**Your goal**. What lines below include the word "Locations"? Copy each one.

[Opening Records for the exercise section]

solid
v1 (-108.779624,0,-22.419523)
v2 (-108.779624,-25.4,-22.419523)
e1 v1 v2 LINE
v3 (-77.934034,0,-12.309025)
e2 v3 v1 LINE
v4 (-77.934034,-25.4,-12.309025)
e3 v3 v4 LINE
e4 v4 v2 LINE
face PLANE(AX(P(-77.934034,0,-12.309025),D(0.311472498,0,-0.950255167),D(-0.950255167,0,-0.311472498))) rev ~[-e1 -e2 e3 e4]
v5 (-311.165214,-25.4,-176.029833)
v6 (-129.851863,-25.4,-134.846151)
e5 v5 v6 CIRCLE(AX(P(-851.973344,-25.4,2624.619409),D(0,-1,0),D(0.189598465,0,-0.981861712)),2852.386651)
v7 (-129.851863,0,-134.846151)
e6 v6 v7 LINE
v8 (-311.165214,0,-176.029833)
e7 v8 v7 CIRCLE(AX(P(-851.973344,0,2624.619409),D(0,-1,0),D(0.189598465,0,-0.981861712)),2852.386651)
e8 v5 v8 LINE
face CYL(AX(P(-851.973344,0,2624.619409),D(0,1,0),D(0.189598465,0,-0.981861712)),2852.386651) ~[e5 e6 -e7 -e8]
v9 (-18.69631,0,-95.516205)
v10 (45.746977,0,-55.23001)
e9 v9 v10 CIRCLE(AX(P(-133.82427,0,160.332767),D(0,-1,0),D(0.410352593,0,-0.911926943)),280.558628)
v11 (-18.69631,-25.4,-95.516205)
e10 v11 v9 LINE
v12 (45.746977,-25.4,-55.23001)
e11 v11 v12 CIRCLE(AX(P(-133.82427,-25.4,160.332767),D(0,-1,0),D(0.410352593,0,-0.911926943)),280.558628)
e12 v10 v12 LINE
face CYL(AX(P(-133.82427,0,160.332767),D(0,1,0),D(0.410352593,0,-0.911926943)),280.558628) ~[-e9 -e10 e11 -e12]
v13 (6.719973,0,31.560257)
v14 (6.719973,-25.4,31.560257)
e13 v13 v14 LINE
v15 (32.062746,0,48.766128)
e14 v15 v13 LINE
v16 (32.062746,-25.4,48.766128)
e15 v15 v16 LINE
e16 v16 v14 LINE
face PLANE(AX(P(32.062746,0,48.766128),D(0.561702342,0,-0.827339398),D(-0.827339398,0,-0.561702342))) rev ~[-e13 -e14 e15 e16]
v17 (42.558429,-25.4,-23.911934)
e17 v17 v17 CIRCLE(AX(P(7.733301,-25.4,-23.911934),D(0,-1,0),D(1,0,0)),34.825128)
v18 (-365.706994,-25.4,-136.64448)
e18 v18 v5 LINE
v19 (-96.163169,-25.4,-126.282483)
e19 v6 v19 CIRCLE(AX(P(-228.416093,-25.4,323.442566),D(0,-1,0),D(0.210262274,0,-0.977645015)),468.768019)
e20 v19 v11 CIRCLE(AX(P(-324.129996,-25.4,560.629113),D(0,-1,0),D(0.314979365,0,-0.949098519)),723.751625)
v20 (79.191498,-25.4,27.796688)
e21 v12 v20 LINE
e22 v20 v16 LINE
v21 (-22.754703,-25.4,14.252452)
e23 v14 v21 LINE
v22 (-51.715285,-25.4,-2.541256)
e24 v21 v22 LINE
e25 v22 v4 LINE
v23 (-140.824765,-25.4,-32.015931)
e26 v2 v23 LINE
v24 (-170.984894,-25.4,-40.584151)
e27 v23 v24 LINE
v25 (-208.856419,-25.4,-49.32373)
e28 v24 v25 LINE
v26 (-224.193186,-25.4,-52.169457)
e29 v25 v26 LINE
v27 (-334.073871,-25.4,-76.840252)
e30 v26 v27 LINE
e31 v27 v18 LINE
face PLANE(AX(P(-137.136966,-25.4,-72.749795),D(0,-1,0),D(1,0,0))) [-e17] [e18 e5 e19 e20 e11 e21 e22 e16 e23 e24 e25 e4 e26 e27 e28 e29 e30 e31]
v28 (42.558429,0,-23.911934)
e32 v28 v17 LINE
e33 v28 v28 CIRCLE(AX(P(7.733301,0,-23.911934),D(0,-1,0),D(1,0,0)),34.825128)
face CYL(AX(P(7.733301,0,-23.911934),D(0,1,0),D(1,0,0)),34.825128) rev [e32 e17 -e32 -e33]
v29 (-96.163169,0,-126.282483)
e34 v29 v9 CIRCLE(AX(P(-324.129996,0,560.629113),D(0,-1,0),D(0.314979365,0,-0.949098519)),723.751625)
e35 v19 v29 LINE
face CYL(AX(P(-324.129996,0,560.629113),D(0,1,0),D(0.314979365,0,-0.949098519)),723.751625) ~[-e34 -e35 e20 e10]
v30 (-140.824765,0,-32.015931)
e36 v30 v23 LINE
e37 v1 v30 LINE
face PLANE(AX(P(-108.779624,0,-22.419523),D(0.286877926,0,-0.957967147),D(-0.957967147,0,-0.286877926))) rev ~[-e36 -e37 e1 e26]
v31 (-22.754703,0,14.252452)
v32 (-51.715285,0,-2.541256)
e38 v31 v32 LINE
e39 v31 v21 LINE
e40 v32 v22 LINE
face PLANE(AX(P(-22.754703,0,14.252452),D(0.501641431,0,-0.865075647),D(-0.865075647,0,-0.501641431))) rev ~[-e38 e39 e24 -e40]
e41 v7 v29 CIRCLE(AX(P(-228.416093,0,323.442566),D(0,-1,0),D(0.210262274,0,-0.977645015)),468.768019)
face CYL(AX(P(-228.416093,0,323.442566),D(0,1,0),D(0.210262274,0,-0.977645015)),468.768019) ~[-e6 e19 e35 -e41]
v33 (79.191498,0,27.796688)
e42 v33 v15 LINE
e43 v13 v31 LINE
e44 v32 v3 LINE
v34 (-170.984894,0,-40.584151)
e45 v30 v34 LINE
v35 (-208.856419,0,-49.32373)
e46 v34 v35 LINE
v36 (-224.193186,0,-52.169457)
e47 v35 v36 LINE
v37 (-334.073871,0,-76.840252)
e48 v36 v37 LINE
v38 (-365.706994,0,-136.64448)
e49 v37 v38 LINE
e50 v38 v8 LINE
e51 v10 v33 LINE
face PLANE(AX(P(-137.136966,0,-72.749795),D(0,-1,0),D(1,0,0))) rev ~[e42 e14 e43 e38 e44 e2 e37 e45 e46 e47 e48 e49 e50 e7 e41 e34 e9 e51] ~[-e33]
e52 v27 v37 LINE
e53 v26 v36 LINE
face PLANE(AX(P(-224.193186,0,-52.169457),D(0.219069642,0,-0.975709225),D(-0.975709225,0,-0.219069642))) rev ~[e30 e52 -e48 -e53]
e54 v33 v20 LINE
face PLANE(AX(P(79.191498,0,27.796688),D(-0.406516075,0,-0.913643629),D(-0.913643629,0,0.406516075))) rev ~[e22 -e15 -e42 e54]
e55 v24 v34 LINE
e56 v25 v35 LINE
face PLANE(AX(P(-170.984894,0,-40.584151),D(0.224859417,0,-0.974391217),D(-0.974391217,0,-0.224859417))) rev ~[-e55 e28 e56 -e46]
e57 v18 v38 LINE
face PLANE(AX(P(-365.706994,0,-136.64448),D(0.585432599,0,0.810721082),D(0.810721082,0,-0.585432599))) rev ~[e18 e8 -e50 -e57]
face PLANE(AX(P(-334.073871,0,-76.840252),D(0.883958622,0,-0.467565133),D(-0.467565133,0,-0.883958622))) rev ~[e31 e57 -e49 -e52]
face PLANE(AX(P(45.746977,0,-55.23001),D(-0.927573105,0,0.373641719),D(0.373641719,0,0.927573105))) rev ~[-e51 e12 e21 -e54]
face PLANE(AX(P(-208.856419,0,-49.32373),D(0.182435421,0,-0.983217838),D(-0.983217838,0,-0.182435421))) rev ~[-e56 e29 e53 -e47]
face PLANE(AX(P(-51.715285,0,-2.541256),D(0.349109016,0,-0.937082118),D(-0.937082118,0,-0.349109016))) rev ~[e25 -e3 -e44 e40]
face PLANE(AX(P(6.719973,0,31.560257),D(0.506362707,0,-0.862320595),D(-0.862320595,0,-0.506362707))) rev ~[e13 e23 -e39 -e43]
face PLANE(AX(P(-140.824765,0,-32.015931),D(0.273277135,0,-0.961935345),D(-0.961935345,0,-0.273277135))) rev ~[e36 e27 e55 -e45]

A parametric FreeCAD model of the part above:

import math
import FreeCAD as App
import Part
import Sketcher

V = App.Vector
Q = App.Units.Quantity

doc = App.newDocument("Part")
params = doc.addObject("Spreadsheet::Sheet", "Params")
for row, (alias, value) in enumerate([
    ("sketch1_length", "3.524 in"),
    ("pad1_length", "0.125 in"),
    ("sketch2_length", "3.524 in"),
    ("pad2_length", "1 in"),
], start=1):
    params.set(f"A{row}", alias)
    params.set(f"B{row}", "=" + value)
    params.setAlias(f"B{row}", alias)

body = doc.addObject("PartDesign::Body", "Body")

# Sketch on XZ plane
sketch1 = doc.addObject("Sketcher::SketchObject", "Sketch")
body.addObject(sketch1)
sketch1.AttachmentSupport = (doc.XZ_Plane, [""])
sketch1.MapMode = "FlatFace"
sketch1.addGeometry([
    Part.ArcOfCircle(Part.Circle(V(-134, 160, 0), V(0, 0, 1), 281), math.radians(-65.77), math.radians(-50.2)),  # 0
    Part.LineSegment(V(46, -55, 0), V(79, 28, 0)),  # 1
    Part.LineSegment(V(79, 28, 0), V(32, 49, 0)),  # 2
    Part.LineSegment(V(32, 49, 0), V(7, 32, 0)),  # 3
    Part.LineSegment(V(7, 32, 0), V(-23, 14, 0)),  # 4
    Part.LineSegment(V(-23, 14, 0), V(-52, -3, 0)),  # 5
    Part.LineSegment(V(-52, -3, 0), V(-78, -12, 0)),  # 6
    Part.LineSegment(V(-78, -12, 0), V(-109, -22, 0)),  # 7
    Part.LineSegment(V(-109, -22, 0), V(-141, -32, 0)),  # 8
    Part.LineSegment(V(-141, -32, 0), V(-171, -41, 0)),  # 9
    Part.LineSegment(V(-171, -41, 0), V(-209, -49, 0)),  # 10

[Closing Records for the exercise section]
[Opening Records for the exercise section]

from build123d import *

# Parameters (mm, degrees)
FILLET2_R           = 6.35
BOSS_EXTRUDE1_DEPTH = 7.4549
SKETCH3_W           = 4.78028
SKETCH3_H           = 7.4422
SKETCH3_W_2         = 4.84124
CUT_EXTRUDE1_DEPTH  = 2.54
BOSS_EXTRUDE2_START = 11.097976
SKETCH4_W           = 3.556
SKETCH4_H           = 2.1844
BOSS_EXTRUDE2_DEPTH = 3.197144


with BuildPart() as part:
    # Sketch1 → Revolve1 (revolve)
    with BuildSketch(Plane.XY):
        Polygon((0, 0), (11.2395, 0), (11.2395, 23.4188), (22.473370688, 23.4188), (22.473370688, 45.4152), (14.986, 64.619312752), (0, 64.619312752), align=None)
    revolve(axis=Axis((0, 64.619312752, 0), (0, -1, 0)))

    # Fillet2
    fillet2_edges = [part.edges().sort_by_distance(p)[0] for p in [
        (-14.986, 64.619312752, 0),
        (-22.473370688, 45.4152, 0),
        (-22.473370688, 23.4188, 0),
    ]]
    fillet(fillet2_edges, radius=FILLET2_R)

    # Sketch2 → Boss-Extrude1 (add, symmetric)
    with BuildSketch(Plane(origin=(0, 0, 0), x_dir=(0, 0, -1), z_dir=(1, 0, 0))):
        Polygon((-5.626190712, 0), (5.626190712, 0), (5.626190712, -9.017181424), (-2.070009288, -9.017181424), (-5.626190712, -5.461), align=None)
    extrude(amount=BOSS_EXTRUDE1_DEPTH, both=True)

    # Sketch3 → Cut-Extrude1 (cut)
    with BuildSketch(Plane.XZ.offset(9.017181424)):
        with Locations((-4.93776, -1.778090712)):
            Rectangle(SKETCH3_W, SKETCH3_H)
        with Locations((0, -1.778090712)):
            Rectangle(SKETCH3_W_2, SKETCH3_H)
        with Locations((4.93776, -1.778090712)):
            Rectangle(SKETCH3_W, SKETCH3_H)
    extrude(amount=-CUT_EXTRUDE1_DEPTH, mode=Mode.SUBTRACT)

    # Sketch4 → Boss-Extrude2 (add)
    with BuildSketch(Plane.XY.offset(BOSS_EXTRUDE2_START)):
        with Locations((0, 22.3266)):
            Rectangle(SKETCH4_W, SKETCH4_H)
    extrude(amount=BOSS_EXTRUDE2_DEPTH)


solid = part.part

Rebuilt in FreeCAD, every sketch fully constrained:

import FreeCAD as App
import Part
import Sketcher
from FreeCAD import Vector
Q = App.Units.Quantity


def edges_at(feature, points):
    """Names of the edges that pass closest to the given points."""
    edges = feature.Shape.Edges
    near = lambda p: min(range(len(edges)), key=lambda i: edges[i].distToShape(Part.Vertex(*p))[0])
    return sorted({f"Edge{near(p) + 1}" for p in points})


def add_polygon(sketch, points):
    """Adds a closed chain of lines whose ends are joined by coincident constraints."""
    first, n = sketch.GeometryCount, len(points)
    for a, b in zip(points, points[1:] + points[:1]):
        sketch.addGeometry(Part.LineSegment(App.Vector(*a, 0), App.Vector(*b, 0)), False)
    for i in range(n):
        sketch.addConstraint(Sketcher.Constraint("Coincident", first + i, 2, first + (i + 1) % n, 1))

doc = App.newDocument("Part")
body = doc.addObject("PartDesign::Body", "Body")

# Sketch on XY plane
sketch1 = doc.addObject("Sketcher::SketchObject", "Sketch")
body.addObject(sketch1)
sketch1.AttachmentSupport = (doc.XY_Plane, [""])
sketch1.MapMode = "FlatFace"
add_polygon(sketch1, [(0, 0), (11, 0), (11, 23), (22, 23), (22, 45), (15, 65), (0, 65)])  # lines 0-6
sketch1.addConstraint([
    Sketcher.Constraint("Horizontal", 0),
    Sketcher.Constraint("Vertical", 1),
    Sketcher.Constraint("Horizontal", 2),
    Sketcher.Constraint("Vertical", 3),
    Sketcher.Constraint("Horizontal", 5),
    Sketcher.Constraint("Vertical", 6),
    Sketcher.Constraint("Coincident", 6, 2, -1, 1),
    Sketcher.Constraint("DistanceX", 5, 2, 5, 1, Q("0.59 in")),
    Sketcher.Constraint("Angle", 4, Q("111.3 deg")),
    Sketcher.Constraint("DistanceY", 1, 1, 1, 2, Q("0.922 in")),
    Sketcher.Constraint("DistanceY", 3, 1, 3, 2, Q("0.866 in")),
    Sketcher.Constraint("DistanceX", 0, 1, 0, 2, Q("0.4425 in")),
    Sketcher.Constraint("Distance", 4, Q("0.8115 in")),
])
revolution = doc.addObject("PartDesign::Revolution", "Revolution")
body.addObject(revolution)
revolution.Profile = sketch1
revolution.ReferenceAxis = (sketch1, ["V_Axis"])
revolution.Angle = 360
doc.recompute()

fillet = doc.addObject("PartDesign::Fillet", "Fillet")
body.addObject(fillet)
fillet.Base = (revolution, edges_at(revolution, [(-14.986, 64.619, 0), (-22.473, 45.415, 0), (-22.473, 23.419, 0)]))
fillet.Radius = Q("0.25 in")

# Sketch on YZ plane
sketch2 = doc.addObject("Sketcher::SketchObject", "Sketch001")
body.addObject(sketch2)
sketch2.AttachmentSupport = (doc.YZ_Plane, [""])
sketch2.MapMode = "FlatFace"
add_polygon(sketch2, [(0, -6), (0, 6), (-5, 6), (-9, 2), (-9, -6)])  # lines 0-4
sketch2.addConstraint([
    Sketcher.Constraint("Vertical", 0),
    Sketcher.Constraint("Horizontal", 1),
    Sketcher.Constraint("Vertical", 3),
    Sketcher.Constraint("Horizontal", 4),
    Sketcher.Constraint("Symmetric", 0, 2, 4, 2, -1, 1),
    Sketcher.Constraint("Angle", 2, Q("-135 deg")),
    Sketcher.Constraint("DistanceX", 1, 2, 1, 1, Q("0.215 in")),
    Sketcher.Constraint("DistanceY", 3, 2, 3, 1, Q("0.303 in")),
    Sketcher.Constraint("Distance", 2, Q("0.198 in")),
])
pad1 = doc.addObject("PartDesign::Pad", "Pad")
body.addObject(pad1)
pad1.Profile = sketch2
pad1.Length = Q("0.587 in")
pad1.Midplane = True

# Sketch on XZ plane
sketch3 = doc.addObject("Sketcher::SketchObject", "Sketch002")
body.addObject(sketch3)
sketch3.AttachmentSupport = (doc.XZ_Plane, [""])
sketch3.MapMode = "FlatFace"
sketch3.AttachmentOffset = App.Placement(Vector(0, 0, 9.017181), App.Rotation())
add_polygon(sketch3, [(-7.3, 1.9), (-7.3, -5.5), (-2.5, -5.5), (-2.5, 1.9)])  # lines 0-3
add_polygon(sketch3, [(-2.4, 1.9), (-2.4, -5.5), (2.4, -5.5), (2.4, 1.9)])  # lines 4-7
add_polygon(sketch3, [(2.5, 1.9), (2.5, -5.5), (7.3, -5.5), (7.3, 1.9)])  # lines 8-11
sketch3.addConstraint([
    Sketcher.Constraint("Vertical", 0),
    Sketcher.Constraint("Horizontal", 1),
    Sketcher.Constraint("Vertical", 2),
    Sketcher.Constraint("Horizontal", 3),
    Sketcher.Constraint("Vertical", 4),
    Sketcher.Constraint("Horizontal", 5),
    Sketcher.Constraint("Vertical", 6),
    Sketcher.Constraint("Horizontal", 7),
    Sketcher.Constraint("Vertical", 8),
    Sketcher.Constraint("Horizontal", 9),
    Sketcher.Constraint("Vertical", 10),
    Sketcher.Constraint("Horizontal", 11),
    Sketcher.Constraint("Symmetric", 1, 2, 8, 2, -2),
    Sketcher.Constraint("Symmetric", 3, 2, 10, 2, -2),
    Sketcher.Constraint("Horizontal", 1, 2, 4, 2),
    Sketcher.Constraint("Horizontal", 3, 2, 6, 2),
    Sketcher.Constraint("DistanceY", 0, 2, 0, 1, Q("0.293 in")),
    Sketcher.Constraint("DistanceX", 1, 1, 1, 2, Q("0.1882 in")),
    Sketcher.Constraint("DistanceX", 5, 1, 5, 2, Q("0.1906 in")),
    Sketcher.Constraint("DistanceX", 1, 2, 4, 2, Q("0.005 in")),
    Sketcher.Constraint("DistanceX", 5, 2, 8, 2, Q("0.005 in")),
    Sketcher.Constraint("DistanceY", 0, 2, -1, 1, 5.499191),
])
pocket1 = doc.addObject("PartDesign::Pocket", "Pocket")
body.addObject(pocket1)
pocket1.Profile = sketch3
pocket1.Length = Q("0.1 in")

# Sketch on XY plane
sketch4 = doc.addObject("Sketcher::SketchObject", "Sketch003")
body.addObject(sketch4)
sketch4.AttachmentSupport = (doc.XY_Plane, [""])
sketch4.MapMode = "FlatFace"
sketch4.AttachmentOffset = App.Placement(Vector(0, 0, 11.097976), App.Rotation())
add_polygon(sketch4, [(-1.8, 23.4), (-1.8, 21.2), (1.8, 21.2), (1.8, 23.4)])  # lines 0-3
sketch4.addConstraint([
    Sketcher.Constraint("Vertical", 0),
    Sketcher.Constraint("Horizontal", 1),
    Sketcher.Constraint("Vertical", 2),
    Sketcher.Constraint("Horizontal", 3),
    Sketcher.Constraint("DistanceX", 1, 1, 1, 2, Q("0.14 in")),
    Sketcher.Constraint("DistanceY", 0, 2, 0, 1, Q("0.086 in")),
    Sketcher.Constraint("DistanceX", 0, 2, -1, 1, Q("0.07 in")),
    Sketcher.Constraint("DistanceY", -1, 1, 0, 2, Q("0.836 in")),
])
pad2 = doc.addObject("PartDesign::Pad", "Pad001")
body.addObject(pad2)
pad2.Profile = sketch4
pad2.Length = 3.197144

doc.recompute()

[Closing Records for the exercise section]

**Response box**.
        with Locations((-4.93776, -1.778090712)):
        with Locations((0, -1.778090712)):
        with Locations((4.93776, -1.778090712)):
        with Locations((0, 22.3266)):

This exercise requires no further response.